Занятая этими мыслями, я не обратила внимания на какую-то темно-зеленую машину, вдруг появившуюся сразу за машиной Романа. Только спустя какое-то время до меня дошло — ведь не было её, откуда взялась?
Нас уже не разделяли машины, потому и обратила внимание. Передо мной та машина не ехала, я бы заметила. Значит, стояла на шоссе и ждала? А сейчас поворот на шоссе, которое ведёт в аэропорт. Роман предупреждал — здесь могут возникнуть трудности.
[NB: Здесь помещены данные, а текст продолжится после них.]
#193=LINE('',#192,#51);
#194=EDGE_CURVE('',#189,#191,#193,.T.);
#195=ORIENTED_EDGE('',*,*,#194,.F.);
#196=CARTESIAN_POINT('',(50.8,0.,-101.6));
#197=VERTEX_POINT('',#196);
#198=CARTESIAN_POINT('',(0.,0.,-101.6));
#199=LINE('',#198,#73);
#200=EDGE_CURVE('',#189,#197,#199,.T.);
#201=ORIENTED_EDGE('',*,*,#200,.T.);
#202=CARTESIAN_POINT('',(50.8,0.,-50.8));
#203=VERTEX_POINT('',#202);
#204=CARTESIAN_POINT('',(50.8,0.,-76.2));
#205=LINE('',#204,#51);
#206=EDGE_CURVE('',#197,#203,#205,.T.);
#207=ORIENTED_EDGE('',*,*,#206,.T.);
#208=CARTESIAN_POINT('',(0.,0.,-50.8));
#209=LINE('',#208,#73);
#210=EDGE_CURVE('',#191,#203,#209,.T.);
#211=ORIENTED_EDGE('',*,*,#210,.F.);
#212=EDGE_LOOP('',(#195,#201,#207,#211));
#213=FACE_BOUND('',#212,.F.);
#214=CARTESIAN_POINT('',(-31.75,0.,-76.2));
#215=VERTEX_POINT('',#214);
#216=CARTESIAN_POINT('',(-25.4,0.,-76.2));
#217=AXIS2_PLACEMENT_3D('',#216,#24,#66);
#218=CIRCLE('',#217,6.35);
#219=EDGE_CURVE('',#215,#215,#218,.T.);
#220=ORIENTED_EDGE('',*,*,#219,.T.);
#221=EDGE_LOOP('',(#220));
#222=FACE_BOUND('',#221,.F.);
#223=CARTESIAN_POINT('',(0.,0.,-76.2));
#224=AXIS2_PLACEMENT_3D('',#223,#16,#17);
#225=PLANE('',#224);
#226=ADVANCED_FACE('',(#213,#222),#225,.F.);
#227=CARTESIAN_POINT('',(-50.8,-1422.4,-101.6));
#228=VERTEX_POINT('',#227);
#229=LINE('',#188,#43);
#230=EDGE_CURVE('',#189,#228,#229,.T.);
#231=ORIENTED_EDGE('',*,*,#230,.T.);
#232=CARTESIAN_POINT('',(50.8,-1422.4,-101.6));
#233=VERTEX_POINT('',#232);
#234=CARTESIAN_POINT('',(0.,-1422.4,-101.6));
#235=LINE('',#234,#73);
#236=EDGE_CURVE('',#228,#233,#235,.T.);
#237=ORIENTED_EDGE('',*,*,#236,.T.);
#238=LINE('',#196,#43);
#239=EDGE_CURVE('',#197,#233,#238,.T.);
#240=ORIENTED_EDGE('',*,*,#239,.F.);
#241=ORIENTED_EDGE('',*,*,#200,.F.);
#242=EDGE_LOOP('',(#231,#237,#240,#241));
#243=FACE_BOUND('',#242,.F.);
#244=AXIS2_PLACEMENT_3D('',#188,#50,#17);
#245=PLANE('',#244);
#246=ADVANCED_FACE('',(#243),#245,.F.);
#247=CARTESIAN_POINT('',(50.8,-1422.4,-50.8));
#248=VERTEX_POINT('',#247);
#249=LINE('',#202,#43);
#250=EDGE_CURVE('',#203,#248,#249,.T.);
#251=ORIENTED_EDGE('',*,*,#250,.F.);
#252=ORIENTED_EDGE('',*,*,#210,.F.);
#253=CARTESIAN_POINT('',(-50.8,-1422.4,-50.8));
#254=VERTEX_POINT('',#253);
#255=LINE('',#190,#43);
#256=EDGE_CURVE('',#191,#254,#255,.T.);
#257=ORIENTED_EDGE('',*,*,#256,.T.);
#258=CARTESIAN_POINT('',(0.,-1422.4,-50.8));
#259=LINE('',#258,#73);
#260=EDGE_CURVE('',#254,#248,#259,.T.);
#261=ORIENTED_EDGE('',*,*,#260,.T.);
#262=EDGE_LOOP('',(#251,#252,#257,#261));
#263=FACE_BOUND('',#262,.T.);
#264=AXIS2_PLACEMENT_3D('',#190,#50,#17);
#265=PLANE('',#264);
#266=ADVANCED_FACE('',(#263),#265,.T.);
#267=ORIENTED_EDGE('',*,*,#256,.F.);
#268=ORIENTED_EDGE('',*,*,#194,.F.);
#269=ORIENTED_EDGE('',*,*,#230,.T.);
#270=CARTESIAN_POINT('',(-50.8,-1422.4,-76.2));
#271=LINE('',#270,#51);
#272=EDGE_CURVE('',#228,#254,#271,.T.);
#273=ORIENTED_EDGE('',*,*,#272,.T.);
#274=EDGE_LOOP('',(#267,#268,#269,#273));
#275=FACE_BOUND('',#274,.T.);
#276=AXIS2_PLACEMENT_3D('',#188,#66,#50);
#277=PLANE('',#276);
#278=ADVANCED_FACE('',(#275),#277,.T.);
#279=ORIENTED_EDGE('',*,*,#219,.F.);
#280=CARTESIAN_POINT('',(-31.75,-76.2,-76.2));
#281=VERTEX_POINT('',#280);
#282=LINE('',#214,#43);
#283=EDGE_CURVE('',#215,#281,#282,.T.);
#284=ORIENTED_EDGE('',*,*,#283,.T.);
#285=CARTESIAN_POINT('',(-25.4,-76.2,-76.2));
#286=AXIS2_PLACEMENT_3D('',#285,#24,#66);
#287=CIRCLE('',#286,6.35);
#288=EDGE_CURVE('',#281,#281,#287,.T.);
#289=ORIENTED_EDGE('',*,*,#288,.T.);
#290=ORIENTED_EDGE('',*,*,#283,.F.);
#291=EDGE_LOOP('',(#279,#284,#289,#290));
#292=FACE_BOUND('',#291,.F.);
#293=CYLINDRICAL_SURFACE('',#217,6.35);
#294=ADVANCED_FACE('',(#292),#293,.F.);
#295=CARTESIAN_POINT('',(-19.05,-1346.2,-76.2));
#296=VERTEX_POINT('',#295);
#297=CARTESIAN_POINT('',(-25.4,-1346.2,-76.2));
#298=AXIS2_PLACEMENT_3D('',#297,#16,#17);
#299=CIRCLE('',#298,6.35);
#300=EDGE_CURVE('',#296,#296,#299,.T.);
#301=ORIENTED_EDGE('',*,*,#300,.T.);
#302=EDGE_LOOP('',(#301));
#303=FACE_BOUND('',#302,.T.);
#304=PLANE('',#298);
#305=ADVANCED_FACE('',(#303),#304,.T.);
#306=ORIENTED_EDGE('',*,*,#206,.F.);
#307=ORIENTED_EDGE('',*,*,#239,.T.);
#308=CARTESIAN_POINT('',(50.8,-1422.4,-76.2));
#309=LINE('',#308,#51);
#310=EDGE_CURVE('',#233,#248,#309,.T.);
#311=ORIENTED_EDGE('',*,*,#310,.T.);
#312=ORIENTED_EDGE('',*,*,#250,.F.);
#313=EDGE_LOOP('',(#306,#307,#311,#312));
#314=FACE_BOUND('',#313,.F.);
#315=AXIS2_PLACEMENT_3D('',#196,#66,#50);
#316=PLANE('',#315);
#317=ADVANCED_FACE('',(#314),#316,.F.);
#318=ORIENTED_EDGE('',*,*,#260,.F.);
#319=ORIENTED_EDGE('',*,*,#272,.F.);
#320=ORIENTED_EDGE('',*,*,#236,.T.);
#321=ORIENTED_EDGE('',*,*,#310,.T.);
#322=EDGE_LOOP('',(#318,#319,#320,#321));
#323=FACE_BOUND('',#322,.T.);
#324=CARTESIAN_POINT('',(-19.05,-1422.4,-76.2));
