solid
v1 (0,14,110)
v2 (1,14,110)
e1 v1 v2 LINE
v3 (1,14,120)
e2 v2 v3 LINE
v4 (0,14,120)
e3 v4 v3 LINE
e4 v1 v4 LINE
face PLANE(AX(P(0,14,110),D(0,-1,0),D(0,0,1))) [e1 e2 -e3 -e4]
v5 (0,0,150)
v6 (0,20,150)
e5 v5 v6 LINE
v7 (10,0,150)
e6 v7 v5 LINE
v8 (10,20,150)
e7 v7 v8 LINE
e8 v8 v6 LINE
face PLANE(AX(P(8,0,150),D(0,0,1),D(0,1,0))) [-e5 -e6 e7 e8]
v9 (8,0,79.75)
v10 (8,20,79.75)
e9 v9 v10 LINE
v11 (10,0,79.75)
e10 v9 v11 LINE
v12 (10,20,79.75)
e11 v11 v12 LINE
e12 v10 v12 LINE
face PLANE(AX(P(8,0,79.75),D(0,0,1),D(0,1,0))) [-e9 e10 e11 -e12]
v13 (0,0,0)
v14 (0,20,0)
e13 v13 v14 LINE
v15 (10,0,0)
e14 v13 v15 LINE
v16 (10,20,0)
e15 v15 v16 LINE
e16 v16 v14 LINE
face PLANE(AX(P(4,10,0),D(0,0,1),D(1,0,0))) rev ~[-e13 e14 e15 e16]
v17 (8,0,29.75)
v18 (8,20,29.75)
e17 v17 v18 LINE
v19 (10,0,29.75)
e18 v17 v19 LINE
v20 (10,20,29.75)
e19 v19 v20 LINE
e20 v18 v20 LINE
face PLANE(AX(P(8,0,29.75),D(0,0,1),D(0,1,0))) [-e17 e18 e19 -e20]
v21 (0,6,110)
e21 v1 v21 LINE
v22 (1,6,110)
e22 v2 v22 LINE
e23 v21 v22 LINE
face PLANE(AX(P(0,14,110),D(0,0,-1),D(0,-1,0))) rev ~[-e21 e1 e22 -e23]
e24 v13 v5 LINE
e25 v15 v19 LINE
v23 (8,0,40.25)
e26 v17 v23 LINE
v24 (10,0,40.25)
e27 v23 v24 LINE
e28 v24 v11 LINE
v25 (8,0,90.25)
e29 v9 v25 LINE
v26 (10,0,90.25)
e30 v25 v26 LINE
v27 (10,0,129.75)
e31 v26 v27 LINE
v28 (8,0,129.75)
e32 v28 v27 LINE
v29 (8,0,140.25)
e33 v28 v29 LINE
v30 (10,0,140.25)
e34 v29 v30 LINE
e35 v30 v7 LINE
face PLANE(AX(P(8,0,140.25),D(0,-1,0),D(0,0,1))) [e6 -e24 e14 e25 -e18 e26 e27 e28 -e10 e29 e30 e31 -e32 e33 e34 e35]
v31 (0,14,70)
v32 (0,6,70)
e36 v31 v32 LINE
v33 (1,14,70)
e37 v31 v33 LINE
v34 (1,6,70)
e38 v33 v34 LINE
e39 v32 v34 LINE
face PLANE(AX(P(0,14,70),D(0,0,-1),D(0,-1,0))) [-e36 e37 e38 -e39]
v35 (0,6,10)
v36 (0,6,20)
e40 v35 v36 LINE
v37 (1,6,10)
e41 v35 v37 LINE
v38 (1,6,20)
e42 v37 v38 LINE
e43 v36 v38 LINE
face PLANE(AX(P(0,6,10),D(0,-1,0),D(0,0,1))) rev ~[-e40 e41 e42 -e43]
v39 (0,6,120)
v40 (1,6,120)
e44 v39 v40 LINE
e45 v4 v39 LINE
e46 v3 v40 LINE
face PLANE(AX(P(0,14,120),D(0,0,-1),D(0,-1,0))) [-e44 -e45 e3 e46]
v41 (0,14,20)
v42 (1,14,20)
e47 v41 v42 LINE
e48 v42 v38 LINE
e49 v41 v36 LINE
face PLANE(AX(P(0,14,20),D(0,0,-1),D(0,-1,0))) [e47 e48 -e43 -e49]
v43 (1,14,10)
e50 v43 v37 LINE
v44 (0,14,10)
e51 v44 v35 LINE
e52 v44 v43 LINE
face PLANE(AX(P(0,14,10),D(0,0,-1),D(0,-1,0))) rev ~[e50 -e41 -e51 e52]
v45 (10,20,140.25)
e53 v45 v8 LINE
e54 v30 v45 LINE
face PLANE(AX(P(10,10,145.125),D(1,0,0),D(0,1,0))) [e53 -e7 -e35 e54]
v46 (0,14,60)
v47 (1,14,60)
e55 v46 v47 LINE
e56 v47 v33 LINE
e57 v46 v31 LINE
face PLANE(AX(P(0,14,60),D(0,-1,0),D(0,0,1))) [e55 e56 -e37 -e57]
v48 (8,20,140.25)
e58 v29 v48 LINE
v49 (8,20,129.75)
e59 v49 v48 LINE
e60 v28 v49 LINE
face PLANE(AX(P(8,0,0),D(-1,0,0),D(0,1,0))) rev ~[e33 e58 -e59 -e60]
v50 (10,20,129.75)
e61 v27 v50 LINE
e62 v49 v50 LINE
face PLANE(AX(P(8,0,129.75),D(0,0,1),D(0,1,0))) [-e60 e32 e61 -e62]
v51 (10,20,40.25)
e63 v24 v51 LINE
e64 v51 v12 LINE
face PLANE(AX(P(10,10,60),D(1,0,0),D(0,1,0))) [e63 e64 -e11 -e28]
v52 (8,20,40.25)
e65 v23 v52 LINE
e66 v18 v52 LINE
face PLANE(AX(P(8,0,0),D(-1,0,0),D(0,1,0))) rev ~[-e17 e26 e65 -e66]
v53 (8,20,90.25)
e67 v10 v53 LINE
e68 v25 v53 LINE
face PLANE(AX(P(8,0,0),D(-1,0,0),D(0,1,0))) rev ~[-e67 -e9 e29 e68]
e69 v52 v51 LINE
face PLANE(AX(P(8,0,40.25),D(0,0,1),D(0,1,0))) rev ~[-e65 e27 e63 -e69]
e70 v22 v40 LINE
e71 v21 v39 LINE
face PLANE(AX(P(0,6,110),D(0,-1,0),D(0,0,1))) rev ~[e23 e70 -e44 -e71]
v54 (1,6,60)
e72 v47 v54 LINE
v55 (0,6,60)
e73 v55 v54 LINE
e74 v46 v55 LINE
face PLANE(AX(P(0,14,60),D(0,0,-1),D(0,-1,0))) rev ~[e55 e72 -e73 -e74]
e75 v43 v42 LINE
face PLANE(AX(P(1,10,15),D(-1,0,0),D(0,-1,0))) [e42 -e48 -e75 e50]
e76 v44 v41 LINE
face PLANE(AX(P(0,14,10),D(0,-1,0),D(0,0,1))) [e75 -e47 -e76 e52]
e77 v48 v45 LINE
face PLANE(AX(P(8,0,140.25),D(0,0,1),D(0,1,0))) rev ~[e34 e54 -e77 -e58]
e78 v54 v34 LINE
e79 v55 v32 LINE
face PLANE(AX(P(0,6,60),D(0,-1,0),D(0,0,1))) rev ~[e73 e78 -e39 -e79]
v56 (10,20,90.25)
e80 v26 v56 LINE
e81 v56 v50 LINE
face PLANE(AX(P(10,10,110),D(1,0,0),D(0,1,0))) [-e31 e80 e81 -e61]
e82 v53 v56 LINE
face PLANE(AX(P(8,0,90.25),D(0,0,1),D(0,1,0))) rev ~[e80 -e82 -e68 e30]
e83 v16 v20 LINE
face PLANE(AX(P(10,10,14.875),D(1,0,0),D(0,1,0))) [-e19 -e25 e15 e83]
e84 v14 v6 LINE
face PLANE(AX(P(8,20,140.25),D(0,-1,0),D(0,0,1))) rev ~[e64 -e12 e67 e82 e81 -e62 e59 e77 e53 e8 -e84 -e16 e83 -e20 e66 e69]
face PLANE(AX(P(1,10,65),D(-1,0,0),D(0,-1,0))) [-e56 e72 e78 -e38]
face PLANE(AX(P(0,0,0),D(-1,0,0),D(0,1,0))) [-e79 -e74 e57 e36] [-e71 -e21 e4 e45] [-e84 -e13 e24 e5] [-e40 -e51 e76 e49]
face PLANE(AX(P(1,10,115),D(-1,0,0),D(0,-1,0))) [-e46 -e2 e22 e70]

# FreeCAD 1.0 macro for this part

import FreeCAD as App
import Part
import Sketcher
from FreeCAD import Vector

doc = App.newDocument("Part")
body = doc.addObject("PartDesign::Body", "Body")

sketch1 = doc.addObject("Sketcher::SketchObject", "Sketch")
body.addObject(sketch1)
sketch1.AttachmentSupport = (doc.XY_Plane, [""])
sketch1.MapMode = "FlatFace"
sketch1.addGeometry([
    Part.LineSegment(Vector(0, 20, 0), Vector(0, 0, 0)),
    Part.LineSegment(Vector(0, 0, 0), Vector(8, 0, 0)),
    Part.LineSegment(Vector(8, 0, 0), Vector(8, 20, 0)),
    Part.LineSegment(Vector(8, 20, 0), Vector(0, 20, 0)),
], False)
sketch1.addConstraint([
    Sketcher.Constraint("Coincident", 0, 2, 1, 1),
    Sketcher.Constraint("Coincident", 1, 2, 2, 1),
    Sketcher.Constraint("Coincident", 2, 2, 3, 1),
    Sketcher.Constraint("Coincident", 3, 2, 0, 1),
    Sketcher.Constraint("Vertical", 0),
    Sketcher.Constraint("Horizontal", 1),
    Sketcher.Constraint("Vertical", 2),
    Sketcher.Constraint("Horizontal", 3),
    Sketcher.Constraint("Coincident", 0, 2, -1, 1),
    Sketcher.Constraint("DistanceX", 1, 1, 1, 2, 8.0),
    Sketcher.Constraint("DistanceY", 0, 2, 0, 1, 20.0),
])
pad1 = doc.addObject("PartDesign::Pad", "Pad")
body.addObject(pad1)
pad1.Profile = sketch1
pad1.Length = 150

sketch2 = doc.addObject("Sketcher::SketchObject", "Sketch001")
body.addObject(sketch2)
sketch2.AttachmentSupport = (doc.YZ_Plane, [""])
sketch2.MapMode = "FlatFace"
sketch2.AttachmentOffset = App.Placement(Vector(0, 0, 8), App.Rotation())
sketch2.addGeometry([
    Part.LineSegment(Vector(0, 150, 0), Vector(0, 140.25, 0)),
    Part.LineSegment(Vector(0, 140.25, 0), Vector(20, 140.25, 0)),
    Part.LineSegment(Vector(20, 140.25, 0), Vector(20, 150, 0)),
    Part.LineSegment(Vector(20, 150, 0), Vector(0, 150, 0)),
    Part.LineSegment(Vector(0, 129.75, 0), Vector(0, 90.25, 0)),
    Part.LineSegment(Vector(0, 90.25, 0), Vector(20, 90.25, 0)),
    Part.LineSegment(Vector(20, 90.25, 0), Vector(20, 129.75, 0)),
    Part.LineSegment(Vector(20, 129.75, 0), Vector(0, 129.75, 0)),
    Part.LineSegment(Vector(0, 79.75, 0), Vector(0, 40.25, 0)),
    Part.LineSegment(Vector(0, 40.25, 0), Vector(20, 40.25, 0)),
    Part.LineSegment(Vector(20, 40.25, 0), Vector(20, 79.75, 0)),
    Part.LineSegment(Vector(20, 79.75, 0), Vector(0, 79.75, 0)),
    Part.LineSegment(Vector(0, 29.75, 0), Vector(0, 0, 0)),
    Part.LineSegment(Vector(0, 0, 0), Vector(20, 0, 0)),
    Part.LineSegment(Vector(20, 0, 0), Vector(20, 29.75, 0)),
    Part.LineSegment(Vector(20, 29.75, 0), Vector(0, 29.75, 0)),
], False)
sketch2.addConstraint([
    Sketcher.Constraint("Coincident", 0, 2, 1, 1),
    Sketcher.Constraint("Coincident", 1, 2, 2, 1),
    Sketcher.Constraint("Coincident", 2, 2, 3, 1),
    Sketcher.Constraint("Coincident", 3, 2, 0, 1),
    Sketcher.Constraint("Coincident", 4, 2, 5, 1),
    Sketcher.Constraint("Coincident", 5, 2, 6, 1),
    Sketcher.Constraint("Coincident", 6, 2, 7, 1),
    Sketcher.Constraint("Coincident", 7, 2, 4, 1),
    Sketcher.Constraint("Coincident", 8, 2, 9, 1),
    Sketcher.Constraint("Coincident", 9, 2, 10, 1),
    Sketcher.Constraint("Coincident", 10, 2, 11, 1),
    Sketcher.Constraint("Coincident", 11, 2, 8, 1),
Мне повезло, видимо уже схлынула основная масса машин, кончился «час пик», я ждала недолго.
За это время Роман удалился на порядочное расстояние, за ним, не отставая, следовала темно-зелёная машина. Тут уж я стала специально к ней присматриваться и совсем уверилась в том, что она следит за Романом, когда тот вдруг съехал на обочину и остановился. Подозрительная машина сделала то же. Это произошло совсем перед Янками, где снова возрос поток машин.
Я сумела перестроиться с левого ряда в правый, удивляясь, зачем Роману пришлось останавливаться, и желая убедиться в своих подозрениях относительно незнакомой машины. Долгое время мне пришлось тащиться за какой-то машиной с прицепом, обогнать которую мешала непрерывная череда машин слева, а потом увидела машину Романа и Сивинскую, для чего-то ненадолго вышедшую из машины и вроде что-то на себе поправляющую. Потом она села в машину, и Роман продолжил путь. И сразу за ними двинулся и подозрительный преследователь. А поскольку я почти с ним поравнялась, сумела разглядеть водителя. Так и есть, Арман…
Я уже столько раз из-за него напереживалась, что, боюсь, теперь встревожилась меньше, чем должна бы. Выходит, Арман следит за Романом. А может, и за мной? Увидел в машине рядом с Романом женщину и принял её за меня. А если понял, что это не я, мог предположить, что Сивинская выйдет где-то по дороге, и Роман за Гастоном поедет один, или что…
Тысяча предположений относительно того, что мог думать Арман, пронеслось в голове, пока я не сообразила — надо позвонить другу, предупредить! Дура, не могла раньше догадаться. Вытащив свой мобильный телефон, который я все же не забыла прихватить из прошлого века, я воспользовалась моментом, когда пришлось остановиться перед светофором, и позвонила.
Роман сразу отозвался.
— Господин Гийом едет следом за вами! — быстро сказала я. — Похоже, следит. Большая темно-зелёная машина. Надо что-то предпринять…
— Понял, — ответил Роман.
Если он и говорил ещё что-то, я уже не слушала, потому что не научилась пока говорить по телефону, когда веду машину. Пришлось бросить его и схватиться за баранку обеими руками.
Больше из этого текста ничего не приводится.